China-Philippines: A dispute over arbitration
The occupation by the Philippines of some islands and reefs of China’s Nansha Islands in the South China Sea since the 1970s is the crux of this dispute between the two countries. Moreover, after the entry into force of the UN Convention on the Law of the Seas (UNCLOS), the dispute became very complex and sensitive. China considers this occupation as illegal for the following reasons: Chinese activities in the South China Sea date back to over 2,000 years ago. China was the first country to discover, name, explore and exploit the resources of the South China Sea Islands and the first to continuously exercise sovereign power over them.
A series of international treaties (US-Spain of 1898, USGreat Britain of 1930 and US-Spain of 1990) clearly define the territory of the Philippines, confining it to the Philippines islands, having nothing to do with any of China’s maritime features in the South China Sea.
The Chinese government firmly opposed further actions taken by the Philippines. This is the case of the promulgation on 11 June 1978 of the Presidential Decree No. 1596 by which the Philippines claimed sovereignty over some features in the Nansha Islands and constituted this vast area as a new municipality of the province of “Palawan”, entitled “Kalayaan”. The climax, however, came when in January 2013 the Philippines unilaterally filed an arbitration case within the framework of UNCLOS in an attempt to deny China’s territorial sovereignty over the Nansha islands. China firmly denied either to accept or to participate in the unilateral arbitral proceeding, explaining that its position is to uphold its lawful rights in accordance with the international law. We understand better this position, if we take into account the definition given by Professor Oppenheim in his Treatise of International Law, Vol. II, p.21, “Arbitration means the determination of a difference between states through a legal decision of one or more umpires or of a tribunal, other than the International Court of Justice, chosen by the parties.” The phrase “chosen by the parties” explains well why China considers the move of the Philippines as a unilateral action.
Moreover, the position of China is based on the following: under Article 4 of the “Declaration of Conduct” signed by China and ASEAN countries in 2002, including the Philippines, “the parties concerned undertake to resolve their territorial and jurisdictional disputes by peaceful means, through friendly consultation and negotiations.” Contravening this obligation, the Philippines simply shut the door to the dialogue and went unilaterally to arbitration.

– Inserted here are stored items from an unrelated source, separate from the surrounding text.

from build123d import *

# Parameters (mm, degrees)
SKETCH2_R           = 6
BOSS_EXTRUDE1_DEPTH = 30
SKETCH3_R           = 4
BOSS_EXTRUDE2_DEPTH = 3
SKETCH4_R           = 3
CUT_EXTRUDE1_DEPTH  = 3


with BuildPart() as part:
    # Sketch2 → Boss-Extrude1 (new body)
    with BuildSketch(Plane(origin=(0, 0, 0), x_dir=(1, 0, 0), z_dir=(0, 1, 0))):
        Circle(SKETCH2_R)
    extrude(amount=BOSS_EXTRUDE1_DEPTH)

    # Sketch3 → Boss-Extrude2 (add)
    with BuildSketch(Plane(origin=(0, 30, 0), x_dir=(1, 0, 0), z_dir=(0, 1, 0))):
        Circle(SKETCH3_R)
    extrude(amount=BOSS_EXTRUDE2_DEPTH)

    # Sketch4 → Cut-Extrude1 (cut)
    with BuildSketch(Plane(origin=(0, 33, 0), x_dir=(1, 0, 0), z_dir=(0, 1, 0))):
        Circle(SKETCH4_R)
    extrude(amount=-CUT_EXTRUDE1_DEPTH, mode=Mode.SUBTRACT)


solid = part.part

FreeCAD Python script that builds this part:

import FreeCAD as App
import Part
import Sketcher

V = App.Vector
Q = App.Units.Quantity

doc = App.newDocument("Part")
params = doc.addObject("Spreadsheet::Sheet", "Params")
for row, (alias, value) in enumerate([
    ("sketch1_diameter", "12 mm"),
    ("pad1_length", "30 mm"),
    ("sketch2_diameter", "8 mm"),
    ("pad2_length", "3 mm"),
    ("sketch3_diameter", "6 mm"),
    ("pocket1_length", "3 mm"),
], start=1):
    params.set(f"A{row}", alias)
    params.set(f"B{row}", "=" + value)
    params.setAlias(f"B{row}", alias)

body = doc.addObject("PartDesign::Body", "Body")

# Sketch on XZ plane
sketch1 = body.newObject("Sketcher::SketchObject", "Sketch")
sketch1.AttachmentSupport = (doc.getObject("XZ_Plane"), [""])
sketch1.MapMode = "FlatFace"
sketch1.addGeometry(Part.Circle(V(0, 0, 0), V(0, 0, 1), 6), False)
sketch1.addConstraint(Sketcher.Constraint("Coincident", 0, 3, -1, 1))
sketch1.addConstraint(Sketcher.Constraint("Diameter", 0, Q("12 mm")))
sketch1.setExpression("Constraints[1]", "Params.sketch1_diameter")
pad1 = body.newObject("PartDesign::Pad", "Pad")
pad1.Profile = sketch1
pad1.setExpression("Length", "Params.pad1_length")
pad1.Reversed = True

# Sketch on XZ plane
sketch2 = body.newObject("Sketcher::SketchObject", "Sketch001")
sketch2.AttachmentSupport = (doc.getObject("XZ_Plane"), [""])
sketch2.MapMode = "FlatFace"
sketch2.AttachmentOffset = App.Placement(V(0, 0, -30), App.Rotation())
sketch2.addGeometry(Part.Circle(V(0, 0, 0), V(0, 0, 1), 4), False)
sketch2.addConstraint(Sketcher.Constraint("Coincident", 0, 3, -1, 1))
sketch2.addConstraint(Sketcher.Constraint("Diameter", 0, Q("8 mm")))
sketch2.setExpression("Constraints[1]", "Params.sketch2_diameter")
pad2 = body.newObject("PartDesign::Pad", "Pad001")
pad2.Profile = sketch2
pad2.setExpression("Length", "Params.pad2_length")
pad2.Reversed = True

# Sketch on XZ plane
sketch3 = body.newObject("Sketcher::SketchObject", "Sketch002")
sketch3.AttachmentSupport = (doc.getObject("XZ_Plane"), [""])
sketch3.MapMode = "FlatFace"
sketch3.AttachmentOffset = App.Placement(V(0, 0, -33), App.Rotation())
sketch3.addGeometry(Part.Circle(V(0, 0, 0), V(0, 0, 1), 3), False)
sketch3.addConstraint(Sketcher.Constraint("Coincident", 0, 3, -1, 1))
sketch3.addConstraint(Sketcher.Constraint("Diameter", 0, Q("6 mm")))
sketch3.setExpression("Constraints[1]", "Params.sketch3_diameter")
pocket1 = body.newObject("PartDesign::Pocket", "Pocket")
pocket1.Profile = sketch3
pocket1.setExpression("Length", "Params.pocket1_length")
pocket1.Reversed = True

doc.recompute()
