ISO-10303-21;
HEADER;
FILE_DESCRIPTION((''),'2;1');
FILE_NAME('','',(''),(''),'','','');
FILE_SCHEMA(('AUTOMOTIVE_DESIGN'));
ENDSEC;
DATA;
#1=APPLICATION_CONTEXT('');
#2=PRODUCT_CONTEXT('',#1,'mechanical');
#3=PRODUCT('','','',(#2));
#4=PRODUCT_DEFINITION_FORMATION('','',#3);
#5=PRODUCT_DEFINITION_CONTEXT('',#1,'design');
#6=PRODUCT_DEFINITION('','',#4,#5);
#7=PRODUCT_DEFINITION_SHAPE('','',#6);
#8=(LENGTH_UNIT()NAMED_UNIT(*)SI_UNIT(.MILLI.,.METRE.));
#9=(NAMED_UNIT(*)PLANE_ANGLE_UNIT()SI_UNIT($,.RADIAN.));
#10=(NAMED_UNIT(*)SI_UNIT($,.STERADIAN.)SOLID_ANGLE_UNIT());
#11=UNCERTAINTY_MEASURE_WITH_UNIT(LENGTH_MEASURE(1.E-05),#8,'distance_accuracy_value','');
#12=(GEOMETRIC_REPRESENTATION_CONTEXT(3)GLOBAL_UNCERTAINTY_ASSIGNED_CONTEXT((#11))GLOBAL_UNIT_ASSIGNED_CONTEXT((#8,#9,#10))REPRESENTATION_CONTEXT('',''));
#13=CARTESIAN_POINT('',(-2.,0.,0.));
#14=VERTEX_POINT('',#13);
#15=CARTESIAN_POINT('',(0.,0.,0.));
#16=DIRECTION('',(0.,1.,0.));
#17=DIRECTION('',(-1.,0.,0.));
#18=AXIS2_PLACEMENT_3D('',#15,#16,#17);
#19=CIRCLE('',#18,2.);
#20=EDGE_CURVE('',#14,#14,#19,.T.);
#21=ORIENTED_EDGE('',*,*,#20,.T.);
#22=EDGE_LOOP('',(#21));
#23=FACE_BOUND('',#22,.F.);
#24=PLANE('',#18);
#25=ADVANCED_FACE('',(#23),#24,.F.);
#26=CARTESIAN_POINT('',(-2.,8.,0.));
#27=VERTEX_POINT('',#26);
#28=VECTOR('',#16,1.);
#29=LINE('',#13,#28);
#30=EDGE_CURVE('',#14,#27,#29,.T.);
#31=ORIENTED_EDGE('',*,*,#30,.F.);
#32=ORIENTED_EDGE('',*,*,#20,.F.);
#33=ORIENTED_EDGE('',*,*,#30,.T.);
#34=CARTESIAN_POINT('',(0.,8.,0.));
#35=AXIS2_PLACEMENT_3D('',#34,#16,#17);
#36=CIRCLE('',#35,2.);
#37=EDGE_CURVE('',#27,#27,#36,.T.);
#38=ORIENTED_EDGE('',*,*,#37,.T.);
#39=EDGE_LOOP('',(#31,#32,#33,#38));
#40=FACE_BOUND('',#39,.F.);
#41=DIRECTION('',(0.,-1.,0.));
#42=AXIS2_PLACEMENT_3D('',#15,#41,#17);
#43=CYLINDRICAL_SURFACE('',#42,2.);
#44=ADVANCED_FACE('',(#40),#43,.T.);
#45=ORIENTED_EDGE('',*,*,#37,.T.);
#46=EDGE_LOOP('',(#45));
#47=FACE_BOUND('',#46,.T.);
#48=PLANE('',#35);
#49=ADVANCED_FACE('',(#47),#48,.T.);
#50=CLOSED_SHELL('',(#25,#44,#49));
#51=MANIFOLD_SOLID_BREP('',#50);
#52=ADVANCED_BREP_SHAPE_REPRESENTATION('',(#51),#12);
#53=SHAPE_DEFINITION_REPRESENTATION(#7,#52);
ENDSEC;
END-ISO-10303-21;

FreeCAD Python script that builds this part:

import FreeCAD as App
import Part
import Sketcher
from FreeCAD import Vector
Q = App.Units.Quantity

doc = App.newDocument("Part")
params = doc.addObject("Spreadsheet::Sheet", "Params")
for row, (alias, value) in enumerate([
    ("sketch1_diameter", "4 mm"),
    ("pad1_length", "8 mm"),
], start=1):
    params.set(f"A{row}", alias)
    params.set(f"B{row}", "=" + value)
    params.setAlias(f"B{row}", alias)

body = doc.addObject("PartDesign::Body", "Body")

sketch1 = body.newObject("Sketcher::SketchObject", "Sketch")
sketch1.AttachmentSupport = (doc.getObject("XZ_Plane"), [""])
sketch1.MapMode = "FlatFace"
sketch1.addGeometry(Part.Circle(Vector(0, 0, 0), Vector(0, 0, 1), 2), False)
sketch1.addConstraint(Sketcher.Constraint("Coincident", 0, 3, -1, 1))
sketch1.addConstraint(Sketcher.Constraint("Diameter", 0, Q("4 mm")))
sketch1.setExpression("Constraints[1]", "Params.sketch1_diameter")
pad1 = body.newObject("PartDesign::Pad", "Pad")
pad1.Profile = sketch1
pad1.setExpression("Length", "Params.pad1_length")
pad1.Reversed = True

doc.recompute()
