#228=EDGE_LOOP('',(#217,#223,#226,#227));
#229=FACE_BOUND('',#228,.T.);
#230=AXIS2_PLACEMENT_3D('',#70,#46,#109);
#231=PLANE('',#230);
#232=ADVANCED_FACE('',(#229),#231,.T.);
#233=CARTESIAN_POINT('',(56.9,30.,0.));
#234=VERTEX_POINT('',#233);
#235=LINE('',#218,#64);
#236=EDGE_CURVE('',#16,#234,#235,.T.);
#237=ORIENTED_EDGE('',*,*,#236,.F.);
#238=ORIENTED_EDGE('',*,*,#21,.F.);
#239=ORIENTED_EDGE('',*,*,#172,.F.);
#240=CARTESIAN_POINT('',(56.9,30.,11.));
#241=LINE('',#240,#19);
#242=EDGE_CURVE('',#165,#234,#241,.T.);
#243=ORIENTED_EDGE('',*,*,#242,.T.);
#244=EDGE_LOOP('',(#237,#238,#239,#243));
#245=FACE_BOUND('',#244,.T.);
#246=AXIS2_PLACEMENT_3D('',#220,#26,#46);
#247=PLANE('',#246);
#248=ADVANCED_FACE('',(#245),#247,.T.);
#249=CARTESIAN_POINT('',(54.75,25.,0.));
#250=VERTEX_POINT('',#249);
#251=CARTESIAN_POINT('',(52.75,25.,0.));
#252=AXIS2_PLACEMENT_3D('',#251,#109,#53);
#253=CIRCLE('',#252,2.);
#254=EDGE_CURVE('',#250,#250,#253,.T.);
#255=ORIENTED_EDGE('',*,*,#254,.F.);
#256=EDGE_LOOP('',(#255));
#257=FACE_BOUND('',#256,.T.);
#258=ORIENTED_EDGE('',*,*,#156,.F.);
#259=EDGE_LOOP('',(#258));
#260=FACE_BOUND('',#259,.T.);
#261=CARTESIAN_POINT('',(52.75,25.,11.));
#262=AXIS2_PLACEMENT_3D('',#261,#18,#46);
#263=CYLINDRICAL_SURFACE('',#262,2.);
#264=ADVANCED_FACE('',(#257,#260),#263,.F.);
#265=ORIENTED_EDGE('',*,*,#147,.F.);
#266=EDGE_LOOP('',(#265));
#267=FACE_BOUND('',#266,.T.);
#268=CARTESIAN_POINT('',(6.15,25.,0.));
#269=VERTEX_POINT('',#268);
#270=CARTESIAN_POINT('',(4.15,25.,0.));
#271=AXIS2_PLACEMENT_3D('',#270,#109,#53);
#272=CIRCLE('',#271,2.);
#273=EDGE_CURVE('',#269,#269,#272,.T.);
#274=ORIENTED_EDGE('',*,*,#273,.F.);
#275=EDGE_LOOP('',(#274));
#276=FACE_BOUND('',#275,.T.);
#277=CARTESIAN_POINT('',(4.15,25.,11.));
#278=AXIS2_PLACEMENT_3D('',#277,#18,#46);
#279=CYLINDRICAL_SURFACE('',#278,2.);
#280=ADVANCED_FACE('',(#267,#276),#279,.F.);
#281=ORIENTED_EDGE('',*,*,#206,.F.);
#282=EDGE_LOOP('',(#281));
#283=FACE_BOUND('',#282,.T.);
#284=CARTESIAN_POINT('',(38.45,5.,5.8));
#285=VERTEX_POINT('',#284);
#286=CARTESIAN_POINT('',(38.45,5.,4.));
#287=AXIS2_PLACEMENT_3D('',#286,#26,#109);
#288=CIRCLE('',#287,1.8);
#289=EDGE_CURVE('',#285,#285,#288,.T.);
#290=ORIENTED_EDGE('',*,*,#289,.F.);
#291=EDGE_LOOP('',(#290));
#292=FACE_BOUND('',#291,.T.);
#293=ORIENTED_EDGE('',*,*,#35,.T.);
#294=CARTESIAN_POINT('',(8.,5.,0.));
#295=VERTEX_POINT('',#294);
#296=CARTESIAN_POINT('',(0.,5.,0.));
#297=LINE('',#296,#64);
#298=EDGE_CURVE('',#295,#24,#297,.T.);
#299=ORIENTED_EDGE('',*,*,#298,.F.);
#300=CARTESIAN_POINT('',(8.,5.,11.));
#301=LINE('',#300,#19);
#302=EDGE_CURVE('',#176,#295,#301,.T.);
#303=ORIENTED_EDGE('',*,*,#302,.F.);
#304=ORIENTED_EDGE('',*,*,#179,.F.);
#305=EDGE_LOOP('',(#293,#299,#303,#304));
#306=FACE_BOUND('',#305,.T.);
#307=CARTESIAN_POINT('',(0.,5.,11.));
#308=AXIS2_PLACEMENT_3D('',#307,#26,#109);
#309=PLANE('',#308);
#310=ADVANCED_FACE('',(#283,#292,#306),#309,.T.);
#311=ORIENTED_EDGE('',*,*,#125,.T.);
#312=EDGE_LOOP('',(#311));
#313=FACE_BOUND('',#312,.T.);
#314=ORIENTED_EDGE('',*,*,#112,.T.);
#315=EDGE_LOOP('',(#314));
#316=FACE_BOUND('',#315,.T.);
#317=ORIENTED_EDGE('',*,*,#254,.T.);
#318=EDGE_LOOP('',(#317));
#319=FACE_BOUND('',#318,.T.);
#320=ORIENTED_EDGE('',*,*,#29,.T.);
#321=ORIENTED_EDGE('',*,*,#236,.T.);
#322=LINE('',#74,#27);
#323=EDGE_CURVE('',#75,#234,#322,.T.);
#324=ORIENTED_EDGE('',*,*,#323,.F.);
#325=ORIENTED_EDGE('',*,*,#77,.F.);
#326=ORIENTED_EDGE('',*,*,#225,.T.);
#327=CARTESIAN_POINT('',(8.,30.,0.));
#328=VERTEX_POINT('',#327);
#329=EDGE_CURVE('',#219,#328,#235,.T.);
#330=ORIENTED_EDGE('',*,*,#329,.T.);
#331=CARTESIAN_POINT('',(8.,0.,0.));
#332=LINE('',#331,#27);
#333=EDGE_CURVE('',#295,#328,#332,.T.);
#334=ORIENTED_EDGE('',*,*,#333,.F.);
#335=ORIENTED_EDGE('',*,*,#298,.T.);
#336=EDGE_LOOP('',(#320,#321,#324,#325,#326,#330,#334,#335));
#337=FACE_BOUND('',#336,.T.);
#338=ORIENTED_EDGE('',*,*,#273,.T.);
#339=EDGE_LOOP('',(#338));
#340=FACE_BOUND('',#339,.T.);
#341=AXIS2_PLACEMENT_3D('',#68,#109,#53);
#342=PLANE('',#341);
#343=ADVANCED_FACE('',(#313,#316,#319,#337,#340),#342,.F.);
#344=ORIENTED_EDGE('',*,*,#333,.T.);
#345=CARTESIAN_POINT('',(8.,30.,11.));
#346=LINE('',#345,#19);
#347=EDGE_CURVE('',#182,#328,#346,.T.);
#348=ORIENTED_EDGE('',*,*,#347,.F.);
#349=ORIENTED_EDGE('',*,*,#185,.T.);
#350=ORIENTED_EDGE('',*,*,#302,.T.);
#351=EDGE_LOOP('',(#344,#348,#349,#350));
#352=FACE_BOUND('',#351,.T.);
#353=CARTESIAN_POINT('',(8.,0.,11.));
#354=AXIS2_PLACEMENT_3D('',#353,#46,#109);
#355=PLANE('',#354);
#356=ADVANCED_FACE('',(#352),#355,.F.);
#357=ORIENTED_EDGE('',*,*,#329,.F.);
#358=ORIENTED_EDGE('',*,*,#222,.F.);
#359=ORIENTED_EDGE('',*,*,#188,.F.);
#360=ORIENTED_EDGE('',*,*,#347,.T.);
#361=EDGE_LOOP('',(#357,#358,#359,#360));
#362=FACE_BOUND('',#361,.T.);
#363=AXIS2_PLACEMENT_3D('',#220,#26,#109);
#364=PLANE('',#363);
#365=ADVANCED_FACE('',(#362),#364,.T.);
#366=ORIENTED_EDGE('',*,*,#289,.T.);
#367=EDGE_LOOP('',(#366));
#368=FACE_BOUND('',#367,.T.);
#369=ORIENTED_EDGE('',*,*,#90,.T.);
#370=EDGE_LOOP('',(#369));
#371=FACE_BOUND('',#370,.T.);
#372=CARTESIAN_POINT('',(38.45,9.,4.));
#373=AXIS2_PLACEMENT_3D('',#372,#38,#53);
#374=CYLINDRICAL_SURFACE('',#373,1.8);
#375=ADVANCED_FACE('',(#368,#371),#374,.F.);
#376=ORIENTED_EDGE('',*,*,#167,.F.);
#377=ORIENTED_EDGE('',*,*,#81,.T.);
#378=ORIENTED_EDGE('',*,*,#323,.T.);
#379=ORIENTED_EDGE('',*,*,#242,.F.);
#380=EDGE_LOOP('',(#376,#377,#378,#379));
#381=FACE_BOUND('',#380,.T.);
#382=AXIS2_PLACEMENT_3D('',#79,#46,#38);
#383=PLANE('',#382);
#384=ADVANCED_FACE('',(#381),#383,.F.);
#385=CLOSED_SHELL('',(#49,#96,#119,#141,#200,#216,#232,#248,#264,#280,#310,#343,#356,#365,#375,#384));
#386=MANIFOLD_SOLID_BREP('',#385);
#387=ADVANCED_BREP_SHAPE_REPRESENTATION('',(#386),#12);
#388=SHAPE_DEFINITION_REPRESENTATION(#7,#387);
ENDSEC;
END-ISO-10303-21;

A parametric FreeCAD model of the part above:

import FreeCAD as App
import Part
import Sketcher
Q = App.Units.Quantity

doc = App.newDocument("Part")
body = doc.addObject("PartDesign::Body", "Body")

China also invokes Articles 280 and 281 of UNCLOS to support its stand that the Philippines abused the arbitral proceedings of UNCLOS which are not applicable to the dispute. In this respect, China made a declaration in accordance with Article 298 of UNCLOS excluding disputes regarding such matters as those related to maritime delimitation, historic bays or titles, and military and law enforcement activities from compulsory dispute settlement procedures, as set out by UNCLOS, including arbitration.
China considers the Philippines’ South China Sea arbitration as a political provocation under the cloak of law. China’s way of addressing territorial and maritime rights disputes is through bilateral consultation and negotiations, which has proven effective, if we take into account that China has properly settled boundary issues with 12 of its 14 neighbours. Moreover, China has solemnly declared that it remains committed to the freedom of navigation and overflight in the South China Sea enjoyed by all countries in accordance with international law.
In view of the above, China, as stated by its government, will neither accept nor recognise the outcome of arbitration. As a result, it was decided that China will not exchange views with any country on the basis of the verdict to be reached by the Tribunal, and will not accept any claims by any country, organisation and person based on the Tribunal’s verdict.